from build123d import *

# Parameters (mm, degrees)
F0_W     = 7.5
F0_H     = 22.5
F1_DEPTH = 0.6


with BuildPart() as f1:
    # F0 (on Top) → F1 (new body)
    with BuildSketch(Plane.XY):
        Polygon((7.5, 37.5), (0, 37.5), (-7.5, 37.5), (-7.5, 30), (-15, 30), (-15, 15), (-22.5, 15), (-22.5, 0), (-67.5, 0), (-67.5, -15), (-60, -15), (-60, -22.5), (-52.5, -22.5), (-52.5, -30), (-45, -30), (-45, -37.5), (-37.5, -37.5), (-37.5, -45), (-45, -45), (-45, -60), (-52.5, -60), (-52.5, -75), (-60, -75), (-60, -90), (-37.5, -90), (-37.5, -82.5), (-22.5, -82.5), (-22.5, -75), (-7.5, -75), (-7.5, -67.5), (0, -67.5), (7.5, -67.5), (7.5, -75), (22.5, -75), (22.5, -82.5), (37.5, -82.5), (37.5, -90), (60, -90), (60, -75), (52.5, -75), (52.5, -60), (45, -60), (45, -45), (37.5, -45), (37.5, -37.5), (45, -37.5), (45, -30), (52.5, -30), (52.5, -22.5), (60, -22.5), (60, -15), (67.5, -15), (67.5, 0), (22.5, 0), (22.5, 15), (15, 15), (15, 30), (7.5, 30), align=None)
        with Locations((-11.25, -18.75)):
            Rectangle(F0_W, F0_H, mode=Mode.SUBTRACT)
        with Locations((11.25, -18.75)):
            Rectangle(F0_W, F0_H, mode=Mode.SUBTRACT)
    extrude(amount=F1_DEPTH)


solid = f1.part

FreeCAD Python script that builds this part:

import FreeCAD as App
import Part
import Sketcher

doc = App.newDocument("Part")
body = doc.addObject("PartDesign::Body", "Body")

sketch1 = body.newObject("Sketcher::SketchObject", "Sketch")
sketch1.AttachmentSupport = (doc.getObject("XY_Plane"), [""])
sketch1.MapMode = "FlatFace"
sketch1.addGeometry([
    Part.LineSegment(App.Vector(8, 38, 0), App.Vector(-8, 38, 0)),
    Part.LineSegment(App.Vector(-8, 38, 0), App.Vector(-8, 30, 0)),
    Part.LineSegment(App.Vector(-8, 30, 0), App.Vector(-15, 30, 0)),
    Part.LineSegment(App.Vector(-15, 30, 0), App.Vector(-15, 15, 0)),
    Part.LineSegment(App.Vector(-15, 15, 0), App.Vector(-22, 15, 0)),
    Part.LineSegment(App.Vector(-22, 15, 0), App.Vector(-22, 0, 0)),
    Part.LineSegment(App.Vector(-22, 0, 0), App.Vector(-68, 0, 0)),
    Part.LineSegment(App.Vector(-68, 0, 0), App.Vector(-68, -15, 0)),
    Part.LineSegment(App.Vector(-68, -15, 0), App.Vector(-60, -15, 0)),
    Part.LineSegment(App.Vector(-60, -15, 0), App.Vector(-60, -22, 0)),
    Part.LineSegment(App.Vector(-60, -22, 0), App.Vector(-52, -22, 0)),
    Part.LineSegment(App.Vector(-52, -22, 0), App.Vector(-52, -30, 0)),
    Part.LineSegment(App.Vector(-52, -30, 0), App.Vector(-45, -30, 0)),
    Part.LineSegment(App.Vector(-45, -30, 0), App.Vector(-45, -38, 0)),
    Part.LineSegment(App.Vector(-45, -38, 0), App.Vector(-38, -38, 0)),
    Part.LineSegment(App.Vector(-38, -38, 0), App.Vector(-38, -45, 0)),
    Part.LineSegment(App.Vector(-38, -45, 0), App.Vector(-45, -45, 0)),
    Part.LineSegment(App.Vector(-45, -45, 0), App.Vector(-45, -60, 0)),
    Part.LineSegment(App.Vector(-45, -60, 0), App.Vector(-52, -60, 0)),
    Part.LineSegment(App.Vector(-52, -60, 0), App.Vector(-52, -75, 0)),
    Part.LineSegment(App.Vector(-52, -75, 0), App.Vector(-60, -75, 0)),
    Part.LineSegment(App.Vector(-60, -75, 0), App.Vector(-60, -90, 0)),
    Part.LineSegment(App.Vector(-60, -90, 0), App.Vector(-38, -90, 0)),
    Part.LineSegment(App.Vector(-38, -90, 0), App.Vector(-38, -82, 0)),
    Part.LineSegment(App.Vector(-38, -82, 0), App.Vector(-22, -82, 0)),
    Part.LineSegment(App.Vector(-22, -82, 0), App.Vector(-22, -75, 0)),
    Part.LineSegment(App.Vector(-22, -75, 0), App.Vector(-8, -75, 0)),
    Part.LineSegment(App.Vector(-8, -75, 0), App.Vector(-8, -68, 0)),
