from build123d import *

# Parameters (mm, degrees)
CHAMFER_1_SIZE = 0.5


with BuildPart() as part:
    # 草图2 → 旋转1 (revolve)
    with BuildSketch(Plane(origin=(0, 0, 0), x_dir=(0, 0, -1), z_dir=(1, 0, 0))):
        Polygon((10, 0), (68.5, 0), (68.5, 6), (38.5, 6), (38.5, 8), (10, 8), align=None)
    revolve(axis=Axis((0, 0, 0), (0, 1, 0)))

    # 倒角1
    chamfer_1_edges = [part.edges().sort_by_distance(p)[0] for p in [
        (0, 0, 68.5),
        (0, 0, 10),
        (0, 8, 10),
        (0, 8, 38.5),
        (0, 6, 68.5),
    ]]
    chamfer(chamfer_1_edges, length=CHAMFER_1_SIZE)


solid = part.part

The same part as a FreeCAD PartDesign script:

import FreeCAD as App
import Part
import Sketcher
from FreeCAD import Vector


def edges_at(feature, points):
    """Names of the edges that pass closest to the given points."""
    edges = feature.Shape.Edges
    near = lambda p: min(range(len(edges)), key=lambda i: edges[i].distToShape(Part.Vertex(*p))[0])
    return sorted({f"Edge{near(p) + 1}" for p in points})

doc = App.newDocument("Part")
body = doc.addObject("PartDesign::Body", "Body")

sketch1 = body.newObject("Sketcher::SketchObject", "Sketch")
sketch1.AttachmentSupport = (doc.getObject("YZ_Plane"), [""])
sketch1.MapMode = "FlatFace"
sketch1.addGeometry([
    Part.LineSegment(Vector(0, -10, 0), Vector(0, -68.5, 0)),
    Part.LineSegment(Vector(0, -68.5, 0), Vector(6, -68.5, 0)),
    Part.LineSegment(Vector(6, -68.5, 0), Vector(6, -38.5, 0)),
    Part.LineSegment(Vector(6, -38.5, 0), Vector(8, -38.5, 0)),
    Part.LineSegment(Vector(8, -38.5, 0), Vector(8, -10, 0)),
    Part.LineSegment(Vector(8, -10, 0), Vector(0, -10, 0)),
], False)
sketch1.addConstraint([
    Sketcher.Constraint("Coincident", 0, 2, 1, 1),
    Sketcher.Constraint("Coincident", 1, 2, 2, 1),
    Sketcher.Constraint("Coincident", 2, 2, 3, 1),
    Sketcher.Constraint("Coincident", 3, 2, 4, 1),
    Sketcher.Constraint("Coincident", 4, 2, 5, 1),
    Sketcher.Constraint("Coincident", 5, 2, 0, 1),
    Sketcher.Constraint("Vertical", 0),
    Sketcher.Constraint("Horizontal", 1),
    Sketcher.Constraint("Vertical", 2),
    Sketcher.Constraint("Horizontal", 3),
    Sketcher.Constraint("Vertical", 4),
    Sketcher.Constraint("Horizontal", 5),
    Sketcher.Constraint("PointOnObject", 0, 2, -2),
    Sketcher.Constraint("DistanceX", 1, 1, 1, 2, 6.0),
    Sketcher.Constraint("DistanceX", 3, 1, 3, 2, 2.0),
    Sketcher.Constraint("DistanceY", 2, 1, 2, 2, 30.0),
    Sketcher.Constraint("DistanceY", 0, 2, 0, 1, 58.5),
    Sketcher.Constraint("DistanceY", 4, 2, -1, 1, 10.0),
])
revolution = body.newObject("PartDesign::Revolution", "Revolution")
revolution.Profile = sketch1
revolution.ReferenceAxis = (sketch1, ["H_Axis"])
revolution.Angle = 360
doc.recompute()

chamfer = body.newObject("PartDesign::Chamfer", "Chamfer")
chamfer.Base = (revolution, edges_at(revolution, [
    (0, 0, 68.5),
    (0, 0, 10),
    (0, 8, 10),
    (0, 8, 38.5),
    (0, 6, 68.5),
]))
chamfer.Size = 0.5

doc.recompute()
***
Work required:
Find every line of the data that holds the string "BuildSketch", then say how many there are and nothing else.

Your solution:
2